> [Your goal] Print, from the listing below, the lines starting at the line containing "f 164 19 25" and ending at the line containing "f 205 207 253", exactly as they stand, and print nothing else.

= = = =

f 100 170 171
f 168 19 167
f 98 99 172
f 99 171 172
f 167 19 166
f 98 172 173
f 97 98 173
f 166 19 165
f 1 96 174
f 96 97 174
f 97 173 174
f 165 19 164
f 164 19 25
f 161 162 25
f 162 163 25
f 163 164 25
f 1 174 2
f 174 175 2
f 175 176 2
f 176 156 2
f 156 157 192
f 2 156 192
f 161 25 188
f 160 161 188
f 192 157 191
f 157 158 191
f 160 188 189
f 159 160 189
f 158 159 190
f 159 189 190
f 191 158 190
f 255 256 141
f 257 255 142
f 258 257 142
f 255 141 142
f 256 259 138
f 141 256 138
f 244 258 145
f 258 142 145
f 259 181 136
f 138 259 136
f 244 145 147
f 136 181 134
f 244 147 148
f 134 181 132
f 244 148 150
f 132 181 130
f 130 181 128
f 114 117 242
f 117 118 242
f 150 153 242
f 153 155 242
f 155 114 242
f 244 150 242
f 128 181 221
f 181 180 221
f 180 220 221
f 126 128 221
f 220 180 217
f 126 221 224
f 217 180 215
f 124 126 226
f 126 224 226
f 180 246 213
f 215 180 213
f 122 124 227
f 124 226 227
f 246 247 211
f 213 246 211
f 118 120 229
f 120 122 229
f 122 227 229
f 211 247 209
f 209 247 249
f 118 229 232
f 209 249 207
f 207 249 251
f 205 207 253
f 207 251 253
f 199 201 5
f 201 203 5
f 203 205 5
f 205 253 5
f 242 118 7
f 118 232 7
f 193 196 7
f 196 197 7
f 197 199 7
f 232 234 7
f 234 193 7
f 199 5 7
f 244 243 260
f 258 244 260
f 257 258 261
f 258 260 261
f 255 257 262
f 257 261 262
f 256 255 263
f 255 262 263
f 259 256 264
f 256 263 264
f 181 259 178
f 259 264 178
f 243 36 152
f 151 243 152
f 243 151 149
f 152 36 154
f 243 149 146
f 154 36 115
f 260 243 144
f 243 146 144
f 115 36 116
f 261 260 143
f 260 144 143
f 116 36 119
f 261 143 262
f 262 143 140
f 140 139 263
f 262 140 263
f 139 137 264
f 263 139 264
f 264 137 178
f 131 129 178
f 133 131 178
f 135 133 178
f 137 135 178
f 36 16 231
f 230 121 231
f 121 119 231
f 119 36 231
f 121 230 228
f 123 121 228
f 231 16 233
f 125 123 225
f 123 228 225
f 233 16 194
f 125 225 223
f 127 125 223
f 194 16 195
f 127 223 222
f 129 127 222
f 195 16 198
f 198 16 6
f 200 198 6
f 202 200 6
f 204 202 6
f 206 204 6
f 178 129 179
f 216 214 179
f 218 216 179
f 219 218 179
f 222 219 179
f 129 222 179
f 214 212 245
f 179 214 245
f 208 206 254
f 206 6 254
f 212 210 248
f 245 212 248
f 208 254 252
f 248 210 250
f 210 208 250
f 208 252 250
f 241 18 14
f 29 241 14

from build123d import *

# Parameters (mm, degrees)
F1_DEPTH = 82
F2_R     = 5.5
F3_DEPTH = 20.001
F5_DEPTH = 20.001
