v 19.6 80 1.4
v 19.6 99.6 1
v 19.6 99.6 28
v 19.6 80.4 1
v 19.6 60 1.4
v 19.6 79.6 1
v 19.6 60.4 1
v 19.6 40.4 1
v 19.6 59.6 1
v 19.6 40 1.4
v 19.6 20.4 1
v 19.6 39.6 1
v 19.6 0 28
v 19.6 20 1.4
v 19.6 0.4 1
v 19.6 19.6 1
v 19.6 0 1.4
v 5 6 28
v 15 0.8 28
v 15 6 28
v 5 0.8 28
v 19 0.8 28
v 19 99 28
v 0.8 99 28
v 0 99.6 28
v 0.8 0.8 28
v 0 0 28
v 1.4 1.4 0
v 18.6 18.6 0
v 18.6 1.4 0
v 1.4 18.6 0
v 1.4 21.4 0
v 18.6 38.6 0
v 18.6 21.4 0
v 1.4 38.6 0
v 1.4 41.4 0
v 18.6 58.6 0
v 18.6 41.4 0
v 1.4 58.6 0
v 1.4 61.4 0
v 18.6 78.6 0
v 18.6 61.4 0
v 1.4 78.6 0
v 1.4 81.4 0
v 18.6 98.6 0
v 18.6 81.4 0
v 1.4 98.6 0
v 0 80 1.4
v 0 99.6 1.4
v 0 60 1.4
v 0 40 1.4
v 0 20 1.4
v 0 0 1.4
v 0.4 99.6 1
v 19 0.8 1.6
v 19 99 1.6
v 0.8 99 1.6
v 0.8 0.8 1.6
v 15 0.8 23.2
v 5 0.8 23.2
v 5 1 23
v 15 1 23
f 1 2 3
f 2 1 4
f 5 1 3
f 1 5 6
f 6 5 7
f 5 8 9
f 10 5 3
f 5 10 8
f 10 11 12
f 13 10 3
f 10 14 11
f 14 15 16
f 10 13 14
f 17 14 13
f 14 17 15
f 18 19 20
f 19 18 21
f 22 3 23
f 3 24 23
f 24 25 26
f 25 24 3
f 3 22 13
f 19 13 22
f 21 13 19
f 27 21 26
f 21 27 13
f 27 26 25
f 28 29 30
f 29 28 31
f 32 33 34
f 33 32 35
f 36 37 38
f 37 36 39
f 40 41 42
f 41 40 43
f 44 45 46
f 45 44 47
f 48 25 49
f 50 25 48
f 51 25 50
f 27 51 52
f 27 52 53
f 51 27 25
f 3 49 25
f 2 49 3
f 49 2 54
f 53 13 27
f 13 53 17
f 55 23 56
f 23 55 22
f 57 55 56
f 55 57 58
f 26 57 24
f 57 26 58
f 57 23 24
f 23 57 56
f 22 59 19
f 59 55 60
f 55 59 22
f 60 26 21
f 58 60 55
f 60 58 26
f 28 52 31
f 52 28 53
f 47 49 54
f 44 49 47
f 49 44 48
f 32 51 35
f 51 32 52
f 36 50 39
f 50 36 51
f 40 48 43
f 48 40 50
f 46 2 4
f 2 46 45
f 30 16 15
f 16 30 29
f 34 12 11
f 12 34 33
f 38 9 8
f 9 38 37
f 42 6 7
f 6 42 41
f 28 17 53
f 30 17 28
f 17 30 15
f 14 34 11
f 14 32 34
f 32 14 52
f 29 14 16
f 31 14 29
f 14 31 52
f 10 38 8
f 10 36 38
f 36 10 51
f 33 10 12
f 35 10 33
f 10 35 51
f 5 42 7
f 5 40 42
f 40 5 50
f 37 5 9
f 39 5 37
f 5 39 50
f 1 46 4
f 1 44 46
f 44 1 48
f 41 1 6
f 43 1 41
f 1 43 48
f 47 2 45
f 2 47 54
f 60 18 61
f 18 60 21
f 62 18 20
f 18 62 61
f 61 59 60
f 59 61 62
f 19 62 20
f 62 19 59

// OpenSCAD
$fa=4; // default minimum facet angle is now 0.5
$fs=0.05; // default minimum facet size is now 0.05 mm

tolerance = .2;
unit = 20;
wallThickness = .8;

wallHeight = 28;

handleHeight = 5;

xUnits = 1;
yUnits = 5;

union() {
  difference() {
    // Body
    difference() {
      cube([tol(xUnits * unit, 2), tol(yUnits * unit, 2), wallHeight]);
      translate([wallThickness, wallThickness, wallThickness * 2]) cube([tol(xUnits * unit - wallThickness * 2, 1), tol(yUnits * unit - wallThickness * 2, 1), wallHeight]);
    }

    // Grid
    for (i = [0:xUnits]) {
      translate([i * unit - tol(wallThickness, -3), 0, 0]) polyhedron(points = [
        [0, 0, 0],
        [tol(wallThickness, -3) * 2, 0, 0],
        [tol(wallThickness, -3), 0, tol(wallThickness, -3)],
        [0, yUnits * unit, 0],
        [tol(wallThickness, -3) * 2, yUnits * unit, 0],
        [tol(wallThickness, -3), yUnits * unit, tol(wallThickness, -3)]
        ], faces = [
          [0, 2, 1],
          [5, 3, 4],
          [2, 5, 4, 1],
          [0, 3, 5, 2],
          [1, 4, 3, 0]
        ], convexity = 10);
    }

    for (j = [0:yUnits]) {
      translate([0, j * unit - tol(wallThickness, -3), 0]) polyhedron(points = [
        [0, 0, 0],
        [0, tol(wallThickness, -3) * 2, 0],
        [0, tol(wallThickness, -3), tol(wallThickness, -3)],
        [xUnits * unit, 0, 0],
        [xUnits * unit, tol(wallThickness, -3) * 2, 0],
        [xUnits * unit, tol(wallThickness, -3), tol(wallThickness, -3)]
        ], faces = [
          [0, 2, 1],
          [5, 3, 4],
          [2, 5, 4, 1],
          [0, 3, 5, 2],
          [1, 4, 3, 0]
        ], convexity = 10);
    }
  }

  // Handle
  translate([0, tol(wallThickness, -1), 0]) difference() {
    translate([(xUnits * unit / 2) - (unit / 4), 0, (wallHeight) - handleHeight]) rotate([45, 0, 0]) cube([unit / 2, handleHeight * 2, handleHeight * 2]);
    translate([-wallThickness, -wallThickness - 1000, -500]) cube([(xUnits * unit) + (2 * wallThickness), 1000, 1000]);
    translate([-100, -100, -1000]) cube([1000, 1000, 1000]);
    translate([-100, -100, wallHeight]) cube([1000, 1000, 1000]);
  }
}


function tol(value, m = 1) = value - (m * tolerance);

= = = =

> [Response to the task]
f 164 19 25
f 161 162 25
f 162 163 25
f 163 164 25
f 1 174 2
f 174 175 2
f 175 176 2
f 176 156 2
f 156 157 192
f 2 156 192
f 161 25 188
f 160 161 188
f 192 157 191
f 157 158 191
f 160 188 189
f 159 160 189
f 158 159 190
f 159 189 190
f 191 158 190
f 255 256 141
f 257 255 142
f 258 257 142
f 255 141 142
f 256 259 138
f 141 256 138
f 244 258 145
f 258 142 145
f 259 181 136
f 138 259 136
f 244 145 147
f 136 181 134
f 244 147 148
f 134 181 132
f 244 148 150
f 132 181 130
f 130 181 128
f 114 117 242
f 117 118 242
f 150 153 242
f 153 155 242
f 155 114 242
f 244 150 242
f 128 181 221
f 181 180 221
f 180 220 221
f 126 128 221
f 220 180 217
f 126 221 224
f 217 180 215
f 124 126 226
f 126 224 226
f 180 246 213
f 215 180 213
f 122 124 227
f 124 226 227
f 246 247 211
f 213 246 211
f 118 120 229
f 120 122 229
f 122 227 229
f 211 247 209
f 209 247 249
f 118 229 232
f 209 249 207
f 207 249 251
f 205 207 253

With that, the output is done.